Con tanto que ofrecer, Huesca es un destino que invita a ser explorado y disfrutado en cada rincón. Desde sus maravillas naturales y su rica historia hasta su vibrante cultura y deliciosa gastronomía, hay algo para todos los gustos. Sin duda, Huesca es uno de esos lugares que dejan una impresión duradera en quienes la visitan.
Cuando se piensa en Huesca, se imagina un lugar donde la historia se encuentra con la naturaleza, pero la verdadera joya escondida es su rica gastronomía. Sumergirse en la comida y bebida de Huesca es una experiencia que combina tradiciones ancestrales con sabores contemporáneos. Desde el vino hasta los guisos, cada bocado cuenta una historia.

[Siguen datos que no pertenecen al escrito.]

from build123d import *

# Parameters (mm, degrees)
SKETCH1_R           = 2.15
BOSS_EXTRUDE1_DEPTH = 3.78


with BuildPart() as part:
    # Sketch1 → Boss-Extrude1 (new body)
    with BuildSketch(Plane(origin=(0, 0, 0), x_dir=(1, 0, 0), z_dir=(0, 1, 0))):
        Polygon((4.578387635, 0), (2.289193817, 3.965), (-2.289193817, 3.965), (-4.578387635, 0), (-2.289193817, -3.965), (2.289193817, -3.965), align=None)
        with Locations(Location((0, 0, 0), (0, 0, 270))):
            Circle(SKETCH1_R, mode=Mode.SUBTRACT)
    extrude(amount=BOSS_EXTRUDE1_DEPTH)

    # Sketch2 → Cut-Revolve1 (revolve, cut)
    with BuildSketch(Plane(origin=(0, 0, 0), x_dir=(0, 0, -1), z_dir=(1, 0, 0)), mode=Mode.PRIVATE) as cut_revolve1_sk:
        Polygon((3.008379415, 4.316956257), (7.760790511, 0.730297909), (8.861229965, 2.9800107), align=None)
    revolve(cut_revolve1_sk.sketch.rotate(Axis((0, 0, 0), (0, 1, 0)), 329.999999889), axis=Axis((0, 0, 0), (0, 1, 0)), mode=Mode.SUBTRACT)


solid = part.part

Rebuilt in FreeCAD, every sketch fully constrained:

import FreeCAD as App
import Part
import Sketcher
Q = App.Units.Quantity

doc = App.newDocument("Part")
params = doc.addObject("Spreadsheet::Sheet", "Params")
for row, (alias, value) in enumerate([
    ("sketch1_diameter", "4.3 mm"),
    ("pad1_length", "3.78 mm"),
    ("groove_angle", "360 deg"),
], start=1):
    params.set(f"A{row}", alias)
    params.set(f"B{row}", "=" + value)
    params.setAlias(f"B{row}", alias)

body = doc.addObject("PartDesign::Body", "Body")

# Sketch on XZ plane
sketch1 = body.newObject("Sketcher::SketchObject", "Sketch")
sketch1.AttachmentSupport = (doc.getObject("XZ_Plane"), [""])
sketch1.MapMode = "FlatFace"
sketch1.addGeometry([
    Part.LineSegment(App.Vector(4.6, 0, 0), App.Vector(2.3, -4, 0)),  # 0
    Part.LineSegment(App.Vector(2.3, -4, 0), App.Vector(-2.3, -4, 0)),  # 1
    Part.LineSegment(App.Vector(-2.3, -4, 0), App.Vector(-4.6, 0, 0)),  # 2
    Part.LineSegment(App.Vector(-4.6, 0, 0), App.Vector(-2.3, 4, 0)),  # 3
    Part.LineSegment(App.Vector(-2.3, 4, 0), App.Vector(2.3, 4, 0)),  # 4
    Part.LineSegment(App.Vector(2.3, 4, 0), App.Vector(4.6, 0, 0)),  # 5
    Part.Circle(App.Vector(0, 0, 0), App.Vector(0, 0, 1), 2.1),  # 6
], False)
sketch1.addConstraint([
    Sketcher.Constraint("Coincident", 0, 2, 1, 1),
    Sketcher.Constraint("Coincident", 1, 2, 2, 1),
    Sketcher.Constraint("Coincident", 2, 2, 3, 1),
    Sketcher.Constraint("Coincident", 3, 2, 4, 1),
    Sketcher.Constraint("Coincident", 4, 2, 5, 1),
    Sketcher.Constraint("Coincident", 5, 2, 0, 1),
    Sketcher.Constraint("Horizontal", 1),
    Sketcher.Constraint("Horizontal", 4),
    Sketcher.Constraint("Coincident", 6, 3, -1, 1),
    Sketcher.Constraint("Symmetric", 0, 2, 3, 2, -1, 1),
    Sketcher.Constraint("Symmetric", 2, 2, 5, 2, -1, 1),
    Sketcher.Constraint("PointOnObject", 2, 2, -1),
    Sketcher.Constraint("Parallel", 2, 5),
    Sketcher.Constraint("Vertical", 1, 2, 3, 2),
    Sketcher.Constraint("Diameter", 6, 4.3),
    Sketcher.Constraint("Angle", 0, Q("-120 deg")),
    Sketcher.Constraint("DistanceY", 1, 2, 3, 2, 7.93),
    Sketcher.Constraint("DistanceX", 1, 2, 1, 1, 4.578388),
])
sketch1.setExpression("Constraints[14]", "Params.sketch1_diameter")
pad1 = body.newObject("PartDesign::Pad", "Pad")
pad1.Profile = sketch1
pad1.setExpression("Length", "Params.pad1_length")
pad1.Reversed = True

# Sketch on YZ plane
sketch2 = body.newObject("Sketcher::SketchObject", "Sketch001")
sketch2.AttachmentSupport = (doc.getObject("YZ_Plane"), [""])
sketch2.MapMode = "FlatFace"
sketch2.addGeometry([
    Part.LineSegment(App.Vector(4.3, -3, 0), App.Vector(0.7, -7.8, 0)),
    Part.LineSegment(App.Vector(0.7, -7.8, 0), App.Vector(3, -8.9, 0)),
    Part.LineSegment(App.Vector(3, -8.9, 0), App.Vector(4.3, -3, 0)),
], False)
sketch2.addConstraint([
    Sketcher.Constraint("Coincident", 0, 2, 1, 1),
    Sketcher.Constraint("Coincident", 1, 2, 2, 1),
    Sketcher.Constraint("Coincident", 2, 2, 0, 1),
    Sketcher.Constraint("Distance", 0, 5.953951),
    Sketcher.Constraint("Distance", 1, 2.504431),
    Sketcher.Constraint("DistanceY", 0, 2, -1, 1, 7.760791),
    Sketcher.Constraint("DistanceX", -1, 1, 1, 2, 2.980011),
    Sketcher.Constraint("DistanceY", 1, 2, -1, 1, 8.86123),
    Sketcher.Constraint("DistanceY", 2, 2, -1, 1, 3.008379),
])
groove = body.newObject("PartDesign::Groove", "Groove")
groove.Profile = sketch2
groove.ReferenceAxis = (sketch2, ["H_Axis"])
groove.setExpression("Angle", "Params.groove_angle")

doc.recompute()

La cocina oscense es un festín para los sentidos. Los platos tradicionales de Huesca como la longaniza de Graus, el cordero a la pastora y el bacalao ajoarriero son imprescindibles para cualquier amante de la buena comida. Los ingredientes típicos de la región incluyen el azafrán del Jiloca, el melocotón de Calanda y los espárragos verdes, que aportan un toque único a cada receta.

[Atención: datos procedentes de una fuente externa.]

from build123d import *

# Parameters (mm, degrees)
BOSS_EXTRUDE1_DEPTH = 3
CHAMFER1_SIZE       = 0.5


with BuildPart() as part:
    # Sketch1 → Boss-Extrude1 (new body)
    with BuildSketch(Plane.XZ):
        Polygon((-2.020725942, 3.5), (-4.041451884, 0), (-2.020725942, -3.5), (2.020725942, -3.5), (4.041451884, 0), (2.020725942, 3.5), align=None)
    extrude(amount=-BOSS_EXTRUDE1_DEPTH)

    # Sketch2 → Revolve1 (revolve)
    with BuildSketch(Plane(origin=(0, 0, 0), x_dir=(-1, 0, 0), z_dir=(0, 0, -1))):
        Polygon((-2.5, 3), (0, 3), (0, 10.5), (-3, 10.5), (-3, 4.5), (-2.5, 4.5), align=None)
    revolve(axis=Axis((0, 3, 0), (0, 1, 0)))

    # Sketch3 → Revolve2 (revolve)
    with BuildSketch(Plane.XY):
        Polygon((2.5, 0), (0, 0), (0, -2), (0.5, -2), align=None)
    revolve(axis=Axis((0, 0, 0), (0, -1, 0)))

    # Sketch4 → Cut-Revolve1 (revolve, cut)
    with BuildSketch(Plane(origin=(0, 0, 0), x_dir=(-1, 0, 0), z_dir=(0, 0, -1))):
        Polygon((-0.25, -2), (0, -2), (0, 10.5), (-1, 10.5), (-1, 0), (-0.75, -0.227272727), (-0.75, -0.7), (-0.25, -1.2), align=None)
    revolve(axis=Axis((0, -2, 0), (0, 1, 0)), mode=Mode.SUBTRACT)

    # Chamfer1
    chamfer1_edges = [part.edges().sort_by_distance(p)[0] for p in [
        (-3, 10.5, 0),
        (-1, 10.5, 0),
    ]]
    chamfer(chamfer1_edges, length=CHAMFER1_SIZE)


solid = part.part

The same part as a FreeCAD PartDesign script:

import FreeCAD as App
import Part
import Sketcher

V = App.Vector
Q = App.Units.Quantity


def edges_at(feature, points):
    """Names of the edges that pass closest to the given points."""
    edges = feature.Shape.Edges
    near = lambda p: min(range(len(edges)), key=lambda i: edges[i].distToShape(Part.Vertex(*p))[0])
    return sorted({f"Edge{near(p) + 1}" for p in points})


def add_polygon(sketch, points):
    """Adds a closed chain of lines whose ends are joined by coincident constraints."""
    first, n = sketch.GeometryCount, len(points)
    for a, b in zip(points, points[1:] + points[:1]):
        sketch.addGeometry(Part.LineSegment(App.Vector(*a, 0), App.Vector(*b, 0)), False)
    for i in range(n):
        sketch.addConstraint(Sketcher.Constraint("Coincident", first + i, 2, first + (i + 1) % n, 1))

doc = App.newDocument("Part")
params = doc.addObject("Spreadsheet::Sheet", "Params")
for row, (alias, value) in enumerate([
    ("pad1_length", "3 mm"),
    ("sketch2_width", "3 mm"),
    ("sketch2_height", "6 mm"),
    ("sketch2_width2", "2.5 mm"),
    ("sketch2_height2", "7.5 mm"),
    ("revolution_angle", "360 deg"),
    ("sketch3_height", "2 mm"),
    ("sketch3_width", "2.5 mm"),
    ("revolution2_angle", "360 deg"),
    ("sketch4_width", "1 mm"),
    ("sketch4_height", "12.5 mm"),
    ("sketch4_height2", "10.5 mm"),
    ("sketch4_height3", "0.8 mm"),
    ("sketch4_width2", "0.25 mm"),
    ("groove_angle", "360 deg"),
    ("chamfer_size", "0.5 mm"),
], start=1):
    params.set(f"A{row}", alias)
    params.set(f"B{row}", "=" + value)
    params.setAlias(f"B{row}", alias)

body = doc.addObject("PartDesign::Body", "Body")

# Sketch on XZ plane
sketch1 = body.newObject("Sketcher::SketchObject", "Sketch")
sketch1.AttachmentSupport = (doc.getObject("XZ_Plane"), [""])
sketch1.MapMode = "FlatFace"
add_polygon(sketch1, [(-2.020726, 3.5), (-4.041452, 0), (-2.020726, -3.5), (2.020726, -3.5), (4.041452, 0), (2.020726, 3.5)])  # lines 0-5
sketch1.addConstraint([
    Sketcher.Constraint("Horizontal", 2),
    Sketcher.Constraint("Horizontal", 5),
    Sketcher.Constraint("Symmetric", 0, 2, 3, 2, -1, 1),
    Sketcher.Constraint("Symmetric", 1, 2, 4, 2, -1, 1),
    Sketcher.Constraint("PointOnObject", 0, 2, -1),
    Sketcher.Constraint("Parallel", 0, 3),
    Sketcher.Constraint("Vertical", 2, 2, 4, 2),
    Sketcher.Constraint("Angle", 0, Q("-120 deg")),
    Sketcher.Constraint("DistanceY", 2, 2, 4, 2, 7.0),
    Sketcher.Constraint("DistanceX", 2, 1, 2, 2, 4.041452),
])
pad1 = body.newObject("PartDesign::Pad", "Pad")
pad1.Profile = sketch1
pad1.setExpression("Length", "Params.pad1_length")
pad1.Reversed = True

# Sketch on XY plane
sketch2 = body.newObject("Sketcher::SketchObject", "Sketch001")
sketch2.AttachmentSupport = (doc.getObject("XY_Plane"), [""])
sketch2.MapMode = "FlatFace"
add_polygon(sketch2, [(2.5, 3), (0, 3), (0, 10.5), (3, 10.5), (3, 4.5), (2.5, 4.5)])  # lines 0-5
sketch2.addConstraint([
    Sketcher.Constraint("Horizontal", 0),
    Sketcher.Constraint("Vertical", 1),
    Sketcher.Constraint("Horizontal", 2),
    Sketcher.Constraint("Vertical", 3),
    Sketcher.Constraint("Horizontal", 4),
    Sketcher.Constraint("Vertical", 5),
    Sketcher.Constraint("PointOnObject", 0, 2, -2),
    Sketcher.Constraint("DistanceX", 2, 1, 2, 2, 3.0),
    Sketcher.Constraint("DistanceY", 3, 2, 3, 1, 6.0),
    Sketcher.Constraint("DistanceX", 0, 2, 0, 1, 2.5),
    Sketcher.Constraint("DistanceY", 1, 1, 1, 2, 7.5),
    Sketcher.Constraint("DistanceY", -1, 1, 0, 2, 3.0),
])
sketch2.setExpression("Constraints[13]", "Params.sketch2_width")
sketch2.setExpression("Constraints[14]", "Params.sketch2_height")
sketch2.setExpression("Constraints[15]", "Params.sketch2_width2")
sketch2.setExpression("Constraints[16]", "Params.sketch2_height2")
revolution = body.newObject("PartDesign::Revolution", "Revolution")
revolution.Profile = sketch2
revolution.ReferenceAxis = (sketch2, ["V_Axis"])
revolution.setExpression("Angle", "Params.revolution_angle")

# Sketch on XY plane
sketch3 = body.newObject("Sketcher::SketchObject", "Sketch002")
sketch3.AttachmentSupport = (doc.getObject("XY_Plane"), [""])
sketch3.MapMode = "FlatFace"
add_polygon(sketch3, [(2.5, 0), (0, 0), (0, -2), (0.5, -2)])  # lines 0-3
sketch3.addConstraint([
    Sketcher.Constraint("Horizontal", 0),
    Sketcher.Constraint("Vertical", 1),
    Sketcher.Constraint("Horizontal", 2),
    Sketcher.Constraint("Coincident", 0, 2, -1, 1),
    Sketcher.Constraint("DistanceY", 1, 2, 1, 1, 2.0),
    Sketcher.Constraint("Angle", 3, Q("45 deg")),
    Sketcher.Constraint("DistanceX", 0, 2, 0, 1, 2.5),
])
sketch3.setExpression("Constraints[8]", "Params.sketch3_height")
sketch3.setExpression("Constraints[10]", "Params.sketch3_width")
revolution2 = body.newObject("PartDesign::Revolution", "Revolution001")
revolution2.Profile = sketch3
revolution2.ReferenceAxis = (sketch3, ["V_Axis"])
revolution2.setExpression("Angle", "Params.revolution2_angle")

# Sketch on XY plane
sketch4 = body.newObject("Sketcher::SketchObject", "Sketch003")
sketch4.AttachmentSupport = (doc.getObject("XY_Plane"), [""])
sketch4.MapMode = "FlatFace"
add_polygon(sketch4, [(0.25, -2), (0, -2), (0, 10.5), (1, 10.5), (1, 0), (0.75, -0.227273), (0.75, -0.7), (0.25, -1.2)])  # lines 0-7
sketch4.addConstraint([
    Sketcher.Constraint("Horizontal", 0),
    Sketcher.Constraint("Vertical", 1),
    Sketcher.Constraint("Horizontal", 2),
    Sketcher.Constraint("Vertical", 3),
    Sketcher.Constraint("Vertical", 5),
    Sketcher.Constraint("Vertical", 7),
    Sketcher.Constraint("PointOnObject", 0, 2, -2),
    Sketcher.Constraint("PointOnObject", 3, 2, -1),
    Sketcher.Constraint("DistanceX", 2, 1, 2, 2, 1.0),
    Sketcher.Constraint("Angle", 6, Q("-135 deg")),
    Sketcher.Constraint("DistanceY", 1, 1, 1, 2, 12.5),
    Sketcher.Constraint("DistanceY", 3, 2, 3, 1, 10.5),
    Sketcher.Constraint("DistanceY", 7, 2, 7, 1, 0.8),
    Sketcher.Constraint("DistanceX", 0, 2, 0, 1, 0.25),
    Sketcher.Constraint("DistanceY", 5, 2, -1, 1, 0.7),
    Sketcher.Constraint("DistanceY", 5, 2, 5, 1, 0.472727),
])
sketch4.setExpression("Constraints[16]", "Params.sketch4_width")
sketch4.setExpression("Constraints[18]", "Params.sketch4_height")
sketch4.setExpression("Constraints[19]", "Params.sketch4_height2")
sketch4.setExpression("Constraints[20]", "Params.sketch4_height3")
sketch4.setExpression("Constraints[21]", "Params.sketch4_width2")
groove = body.newObject("PartDesign::Groove", "Groove")
groove.Profile = sketch4
groove.ReferenceAxis = (sketch4, ["V_Axis"])
groove.setExpression("Angle", "Params.groove_angle")
doc.recompute()

chamfer = body.newObject("PartDesign::Chamfer", "Chamfer")
chamfer.Base = (groove, edges_at(groove, [(-3, 10.5, 0), (-1, 10.5, 0)]))
chamfer.setExpression("Size", "Params.chamfer_size")

doc.recompute()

Para los que buscan una experiencia culinaria de lujo, los restaurantes con estrella Michelin en Huesca no decepcionan. Sin embargo, para aquellos que prefieren algo más acogedor, las tabernas locales ofrecen comida casera que recuerda a las recetas de la abuela, con un toque de modernidad. Y para quienes valoran una buena vista mientras disfrutan de su comida, los restaurantes con encanto ofrecen panoramas espectaculares de la campiña aragonesa.

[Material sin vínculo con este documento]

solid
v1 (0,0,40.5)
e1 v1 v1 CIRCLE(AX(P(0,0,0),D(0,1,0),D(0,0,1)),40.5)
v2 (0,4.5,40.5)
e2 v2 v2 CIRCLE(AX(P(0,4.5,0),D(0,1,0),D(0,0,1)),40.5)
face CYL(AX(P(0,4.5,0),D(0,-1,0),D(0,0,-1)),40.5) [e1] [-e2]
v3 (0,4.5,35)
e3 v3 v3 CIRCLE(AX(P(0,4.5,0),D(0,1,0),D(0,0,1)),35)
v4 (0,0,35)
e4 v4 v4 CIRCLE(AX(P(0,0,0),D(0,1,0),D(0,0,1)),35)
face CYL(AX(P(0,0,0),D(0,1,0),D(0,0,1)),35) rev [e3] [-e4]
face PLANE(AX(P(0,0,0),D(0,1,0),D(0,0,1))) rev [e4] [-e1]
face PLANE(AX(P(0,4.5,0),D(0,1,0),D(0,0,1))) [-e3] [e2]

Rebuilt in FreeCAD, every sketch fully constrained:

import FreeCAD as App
import Part
import Sketcher

V = App.Vector
Q = App.Units.Quantity

doc = App.newDocument("Part")
body = doc.addObject("PartDesign::Body", "Body")

# Sketch on XZ plane
sketch1 = body.newObject("Sketcher::SketchObject", "Sketch")
sketch1.AttachmentSupport = (doc.getObject("XZ_Plane"), [""])
sketch1.MapMode = "FlatFace"
sketch1.addGeometry(Part.Circle(V(0, 0, 0), V(0, 0, 1), 40), False)
sketch1.addConstraint([
    Sketcher.Constraint("Coincident", 0, 3, -1, 1),
    Sketcher.Constraint("Diameter", 0, Q("81 mm")),
])
pad1 = body.newObject("PartDesign::Pad", "Pad")
pad1.Profile = sketch1
pad1.Length = 4.5
pad1.Reversed = True

# Sketch on XZ plane
sketch2 = body.newObject("Sketcher::SketchObject", "Sketch001")
sketch2.AttachmentSupport = (doc.getObject("XZ_Plane"), [""])
sketch2.MapMode = "FlatFace"
sketch2.AttachmentOffset = App.Placement(V(0, 0, -4.5), App.Rotation())
sketch2.addGeometry(Part.Circle(V(0, 0, 0), V(0, 0, 1), 35), False)
sketch2.addConstraint([
    Sketcher.Constraint("Coincident", 0, 3, -1, 1),
    Sketcher.Constraint("Diameter", 0, Q("70 mm")),
])
pocket1 = body.newObject("PartDesign::Pocket", "Pocket")
pocket1.Profile = sketch2
pocket1.Type = "ThroughAll"
pocket1.Reversed = True

doc.recompute()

El vino es un acompañante esencial en cualquier comida aragonesa. La región es famosa por sus denominaciones de origen, especialmente los vinos del Somontano, conocidos por su cuerpo y sabor. Las rutas del vino en la región ofrecen la oportunidad de visitar bodegas tradicionales, donde se puede aprender sobre el proceso de elaboración mientras se degustan sus mejores cosechas.
Los mercados locales de alimentos son el lugar perfecto para encontrar productos frescos y de calidad. Pasear por estos mercados es una experiencia sensorial, llena de colores, aromas y sabores. Además, las ferias y eventos gastronómicos anuales en Huesca son una celebración de la cocina local, donde se pueden degustar especialidades regionales y aprender de los mejores chefs.
Para aquellos que desean llevarse más que un recuerdo, las clases de cocina aragonesa ofrecen la oportunidad de aprender a preparar platos típicos de Huesca de la mano de expertos. Además, las catas de vino y productos locales permiten sumergirse en los sabores de la región, ofreciendo una experiencia inolvidable para el paladar.
La comida y bebida en Huesca no son solo una parte de la cultura local, sino una celebración de la vida misma, donde cada plato y cada copa cuentan historias de tradición y pasión. Ya sea degustando un vino de Somontano o una simple tapa en una taberna, Huesca ofrece un viaje culinario que deleitará a cualquier visitante.